カンパネルラ~!『銀河鉄道の夜』(85年)

風がどうと吹き

木がひゅうと騒ぎ

草がざわざわとなびき

 

 

汽笛が

オーンと

聞こえてきます。

銀河鉄道の夜

銀河鉄道の夜

  • 出版社/メーカー: PIASM
  • 発売日: 2002/03/22
  • メディア: DVD

内容(「DVD NAVIGATOR」データベースより)星祭の夜、病気の母を持つ少年・ジョバンニは、丘の上に現れた不思議な汽車に乗り込み、銀河の旅が始まる…。宮澤賢治の原作を別役実が詩的なイメージを膨らませて脚色、細野晴臣が音楽を担当した。大人にも見応えのあるファンタジーに仕上げている。  
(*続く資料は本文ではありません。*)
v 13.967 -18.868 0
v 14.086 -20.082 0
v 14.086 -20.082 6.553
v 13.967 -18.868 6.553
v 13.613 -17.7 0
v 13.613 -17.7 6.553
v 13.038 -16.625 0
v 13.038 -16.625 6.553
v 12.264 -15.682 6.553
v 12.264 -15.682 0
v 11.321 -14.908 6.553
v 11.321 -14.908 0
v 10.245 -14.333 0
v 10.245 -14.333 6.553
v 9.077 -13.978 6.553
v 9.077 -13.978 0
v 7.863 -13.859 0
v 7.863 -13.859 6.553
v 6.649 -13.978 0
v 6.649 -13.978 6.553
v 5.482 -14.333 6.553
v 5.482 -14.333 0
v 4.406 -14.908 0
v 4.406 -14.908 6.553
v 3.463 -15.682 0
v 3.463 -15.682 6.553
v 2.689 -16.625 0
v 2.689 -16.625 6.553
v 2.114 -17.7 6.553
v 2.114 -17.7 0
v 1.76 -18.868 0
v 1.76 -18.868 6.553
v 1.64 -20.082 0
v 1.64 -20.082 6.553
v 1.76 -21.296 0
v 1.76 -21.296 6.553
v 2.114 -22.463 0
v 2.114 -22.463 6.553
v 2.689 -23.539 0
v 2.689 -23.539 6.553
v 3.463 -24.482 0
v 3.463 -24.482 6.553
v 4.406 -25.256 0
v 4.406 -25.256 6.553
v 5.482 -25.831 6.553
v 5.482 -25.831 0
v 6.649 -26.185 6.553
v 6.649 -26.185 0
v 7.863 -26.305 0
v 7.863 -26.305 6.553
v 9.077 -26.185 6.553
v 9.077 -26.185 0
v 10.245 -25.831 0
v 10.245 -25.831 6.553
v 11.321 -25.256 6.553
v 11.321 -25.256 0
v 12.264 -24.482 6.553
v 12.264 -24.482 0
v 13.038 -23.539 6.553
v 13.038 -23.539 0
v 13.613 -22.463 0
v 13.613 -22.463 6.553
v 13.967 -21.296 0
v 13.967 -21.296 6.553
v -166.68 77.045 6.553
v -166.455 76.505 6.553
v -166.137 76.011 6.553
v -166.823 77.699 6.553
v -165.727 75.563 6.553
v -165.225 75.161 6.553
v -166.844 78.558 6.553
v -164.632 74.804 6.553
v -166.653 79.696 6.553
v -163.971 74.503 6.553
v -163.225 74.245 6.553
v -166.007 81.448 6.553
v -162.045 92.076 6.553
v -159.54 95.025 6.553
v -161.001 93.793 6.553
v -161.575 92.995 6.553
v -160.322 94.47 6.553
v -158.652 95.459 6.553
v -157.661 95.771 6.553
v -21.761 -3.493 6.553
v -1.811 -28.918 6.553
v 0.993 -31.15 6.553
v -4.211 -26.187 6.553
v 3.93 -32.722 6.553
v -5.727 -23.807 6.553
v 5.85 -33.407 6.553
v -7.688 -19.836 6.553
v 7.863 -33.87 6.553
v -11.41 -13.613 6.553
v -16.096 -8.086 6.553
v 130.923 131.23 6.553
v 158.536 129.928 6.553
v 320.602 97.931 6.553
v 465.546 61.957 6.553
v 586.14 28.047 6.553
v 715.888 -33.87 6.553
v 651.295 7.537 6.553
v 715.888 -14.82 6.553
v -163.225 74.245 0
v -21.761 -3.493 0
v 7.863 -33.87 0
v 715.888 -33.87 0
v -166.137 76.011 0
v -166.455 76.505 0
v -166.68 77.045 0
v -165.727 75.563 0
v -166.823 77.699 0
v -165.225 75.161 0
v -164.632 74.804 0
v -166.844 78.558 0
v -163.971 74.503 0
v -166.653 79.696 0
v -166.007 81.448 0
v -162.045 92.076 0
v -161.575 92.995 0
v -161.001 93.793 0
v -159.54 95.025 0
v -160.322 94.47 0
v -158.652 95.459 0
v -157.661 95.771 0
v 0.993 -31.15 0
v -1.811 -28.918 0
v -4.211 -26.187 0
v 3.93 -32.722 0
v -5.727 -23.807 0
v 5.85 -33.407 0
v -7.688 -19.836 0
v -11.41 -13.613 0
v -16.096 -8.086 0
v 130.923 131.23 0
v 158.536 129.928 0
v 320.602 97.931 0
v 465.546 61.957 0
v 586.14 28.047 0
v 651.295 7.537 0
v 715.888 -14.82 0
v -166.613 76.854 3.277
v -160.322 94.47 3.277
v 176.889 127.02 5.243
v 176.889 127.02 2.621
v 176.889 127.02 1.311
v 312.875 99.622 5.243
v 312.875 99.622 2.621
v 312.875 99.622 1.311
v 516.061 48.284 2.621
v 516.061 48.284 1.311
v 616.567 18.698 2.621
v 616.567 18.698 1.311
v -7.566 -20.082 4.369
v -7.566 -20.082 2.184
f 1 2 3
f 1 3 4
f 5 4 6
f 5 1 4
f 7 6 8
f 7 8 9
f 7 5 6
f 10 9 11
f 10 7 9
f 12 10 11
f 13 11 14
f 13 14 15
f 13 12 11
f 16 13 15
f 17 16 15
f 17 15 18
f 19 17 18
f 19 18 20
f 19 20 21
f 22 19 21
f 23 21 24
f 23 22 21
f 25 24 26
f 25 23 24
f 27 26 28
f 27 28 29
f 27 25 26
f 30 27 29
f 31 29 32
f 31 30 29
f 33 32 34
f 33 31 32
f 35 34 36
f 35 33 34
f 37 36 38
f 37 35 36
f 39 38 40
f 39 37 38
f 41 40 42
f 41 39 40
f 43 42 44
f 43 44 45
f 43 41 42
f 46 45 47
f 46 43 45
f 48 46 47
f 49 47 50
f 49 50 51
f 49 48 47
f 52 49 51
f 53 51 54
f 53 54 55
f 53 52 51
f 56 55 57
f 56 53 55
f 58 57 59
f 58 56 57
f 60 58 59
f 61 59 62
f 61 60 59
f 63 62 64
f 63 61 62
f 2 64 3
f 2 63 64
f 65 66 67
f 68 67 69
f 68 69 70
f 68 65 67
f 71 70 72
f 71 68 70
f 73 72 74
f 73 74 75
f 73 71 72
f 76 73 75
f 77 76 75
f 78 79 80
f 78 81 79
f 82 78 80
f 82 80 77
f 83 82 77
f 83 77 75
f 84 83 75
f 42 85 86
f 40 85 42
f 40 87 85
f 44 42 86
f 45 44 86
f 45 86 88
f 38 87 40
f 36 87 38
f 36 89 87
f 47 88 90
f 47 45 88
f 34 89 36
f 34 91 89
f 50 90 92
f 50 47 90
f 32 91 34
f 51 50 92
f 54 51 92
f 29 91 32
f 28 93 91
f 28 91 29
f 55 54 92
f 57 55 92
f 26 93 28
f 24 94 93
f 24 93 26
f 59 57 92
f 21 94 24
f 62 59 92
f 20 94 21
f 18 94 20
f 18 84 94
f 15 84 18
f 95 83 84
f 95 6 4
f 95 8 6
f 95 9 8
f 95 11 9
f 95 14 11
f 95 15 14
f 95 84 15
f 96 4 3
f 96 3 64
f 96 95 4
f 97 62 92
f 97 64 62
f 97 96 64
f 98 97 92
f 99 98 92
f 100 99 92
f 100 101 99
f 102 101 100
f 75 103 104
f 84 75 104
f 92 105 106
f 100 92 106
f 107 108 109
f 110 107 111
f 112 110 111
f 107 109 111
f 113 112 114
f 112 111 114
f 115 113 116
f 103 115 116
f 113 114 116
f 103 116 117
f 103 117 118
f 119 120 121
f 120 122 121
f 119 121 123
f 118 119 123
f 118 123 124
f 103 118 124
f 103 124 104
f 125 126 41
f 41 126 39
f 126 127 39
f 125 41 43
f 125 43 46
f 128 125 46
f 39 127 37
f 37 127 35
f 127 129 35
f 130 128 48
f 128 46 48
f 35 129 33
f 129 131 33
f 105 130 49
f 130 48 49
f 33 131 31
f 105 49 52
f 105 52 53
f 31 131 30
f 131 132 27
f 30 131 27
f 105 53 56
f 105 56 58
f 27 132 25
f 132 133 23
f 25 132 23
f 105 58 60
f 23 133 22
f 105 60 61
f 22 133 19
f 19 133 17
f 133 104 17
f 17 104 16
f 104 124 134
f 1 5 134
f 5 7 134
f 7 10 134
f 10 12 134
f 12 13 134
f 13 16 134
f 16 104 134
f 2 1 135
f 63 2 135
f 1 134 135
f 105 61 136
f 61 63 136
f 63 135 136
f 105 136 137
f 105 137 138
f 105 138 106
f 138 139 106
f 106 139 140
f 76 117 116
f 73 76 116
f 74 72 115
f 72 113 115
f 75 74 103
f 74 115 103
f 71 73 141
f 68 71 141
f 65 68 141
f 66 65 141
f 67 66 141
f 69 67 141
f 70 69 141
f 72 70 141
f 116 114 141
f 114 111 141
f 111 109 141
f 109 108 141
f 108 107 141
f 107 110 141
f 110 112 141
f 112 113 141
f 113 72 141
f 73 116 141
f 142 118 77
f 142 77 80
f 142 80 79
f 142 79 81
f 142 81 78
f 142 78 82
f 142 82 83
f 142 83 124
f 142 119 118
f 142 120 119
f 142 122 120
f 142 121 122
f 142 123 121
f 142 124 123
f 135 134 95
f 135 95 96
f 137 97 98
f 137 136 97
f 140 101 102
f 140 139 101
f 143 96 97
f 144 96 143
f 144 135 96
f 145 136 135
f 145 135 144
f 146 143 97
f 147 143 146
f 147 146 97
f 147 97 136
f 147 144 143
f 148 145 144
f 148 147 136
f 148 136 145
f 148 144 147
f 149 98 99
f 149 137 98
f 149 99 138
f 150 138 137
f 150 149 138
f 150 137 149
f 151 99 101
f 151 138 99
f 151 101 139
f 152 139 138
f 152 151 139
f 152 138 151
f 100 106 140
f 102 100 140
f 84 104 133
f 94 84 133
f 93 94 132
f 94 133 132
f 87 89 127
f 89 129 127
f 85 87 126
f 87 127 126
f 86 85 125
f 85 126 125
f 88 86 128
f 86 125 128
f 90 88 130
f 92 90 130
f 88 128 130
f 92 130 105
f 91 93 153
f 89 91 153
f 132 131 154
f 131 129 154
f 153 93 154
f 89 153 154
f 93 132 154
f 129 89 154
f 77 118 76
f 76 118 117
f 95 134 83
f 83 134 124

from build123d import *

# Parameters (mm, degrees)
SKETCH1_R           = 6.223
BOSS_EXTRUDE1_DEPTH = 6.5532


with BuildPart() as part:
    # Sketch1 → Boss-Extrude1 (new body)
    with BuildSketch(Plane.XY):
        with BuildLine():
            Line((7.863413581, -33.869503221), (715.888413581, -33.869503221))
            Line((715.888413581, -33.869503221), (715.888413581, -14.819503221))
            add(Edge.make_bspline(
                [(130.923235962, 131.230496779), (144.565200568, 132.032600728), (175.745486699, 127.859730288), (235.979768818, 114.85150342), (312.791548306, 100.519974188), (477.93566039, 59.855493816), (612.69545282, 22.729861701), (715.888413581, -14.819503221)],
                knots=[0, 0, 0, 0, 0.067559052, 0.155584559, 0.306170235, 0.45538855, 1, 1, 1, 1], degree=3))
            Line((130.923235962, 131.230496779), (-157.661182161, 95.771476732))
            add(Edge.make_bspline(
                [(-162.045338663, 92.076043846), (-160.791359706, 95.015911404), (-157.661182161, 95.771476732)],
                knots=[0, 0, 0, 1, 1, 1], degree=2))
            Line((-162.045338663, 92.076043846), (-166.007371822, 81.448210611))
            add(Edge.make_bspline(
                [(-166.007371822, 81.448210611), (-168.608963638, 75.860668743), (-163.225353362, 74.245207536)],
                knots=[0, 0, 0, 1, 1, 1], degree=2))
            Line((-163.225353362, 74.245207536), (-21.760854311, -3.492806329))
            add(Edge.make_bspline(
                [(-21.760854311, -3.492806329), (-15.52403959, -7.589674855), (-9.833439316, -14.720767687), (-4.017541939, -28.023280736), (2.081063731, -32.902187391), (7.863413581, -33.869503221)],
                knots=[0, 0, 0, 0, 0.506293101, 0.611828229, 1, 1, 1, 1], degree=3))
        make_face()
        with Locations((7.863413581, -20.081840024)):
            Circle(SKETCH1_R, mode=Mode.SUBTRACT)
    extrude(amount=BOSS_EXTRUDE1_DEPTH)


solid = part.part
昨年のDVD馬鹿買いの残り一本がこれだった。新年初映画!日本アニメーション映画の有名作。宮崎駿のアニメの次に愛されるのがこの映画じゃないだろうか。一度観たことがある人はその世界観、音楽に驚いたことだろう。何度も観てるけどこの不思議な気持ち、また味わいたかった。  

DVDだと音がいいのに驚く。また音響も、この時代のアニメの域としてはすごい。登場人物を猫にしたところがこの作品のいい所だと思う。絵本やヌイグルミのように、リアルさを追求しないファンタジーの素晴らしさは、動物の擬人化だと思うね。なんで猫?と思うけど、目が特徴的で、あのスラッとしたスタイルは神の化身だとか魔女の変身姿だとか、何か神秘的な存在なんだ。

まず冒頭の細野晴臣さんの音楽は何度聞いても驚く。無国籍で不思議なフィーリングで、夢の中というか異空間に入ったような感覚にしてくれる。

ジョバンニとカンパネルラ。微妙に似てない。

 

「鳥を捕る人」。うさんくさい顔をしているが、悪い人ではない。

灯台守」。声は常田富士男さん。いい声。

ザネリは嫌なやつだ。

他にも「盲目の無線技師」、学校の先生に似た地質学者、牧師と幼い姉弟など、登場人物たちとの出会いがロードムービーのよさがある。

一面に広がるトウモロコシ畑で「新世界交響楽」が流れる気持ちのよさ、今は冬だけど、ホッとする暖かさに満ちている。学校の退校時間に流れていたあの曲だ。

この不思議な空間、せつなさ、素晴らしい。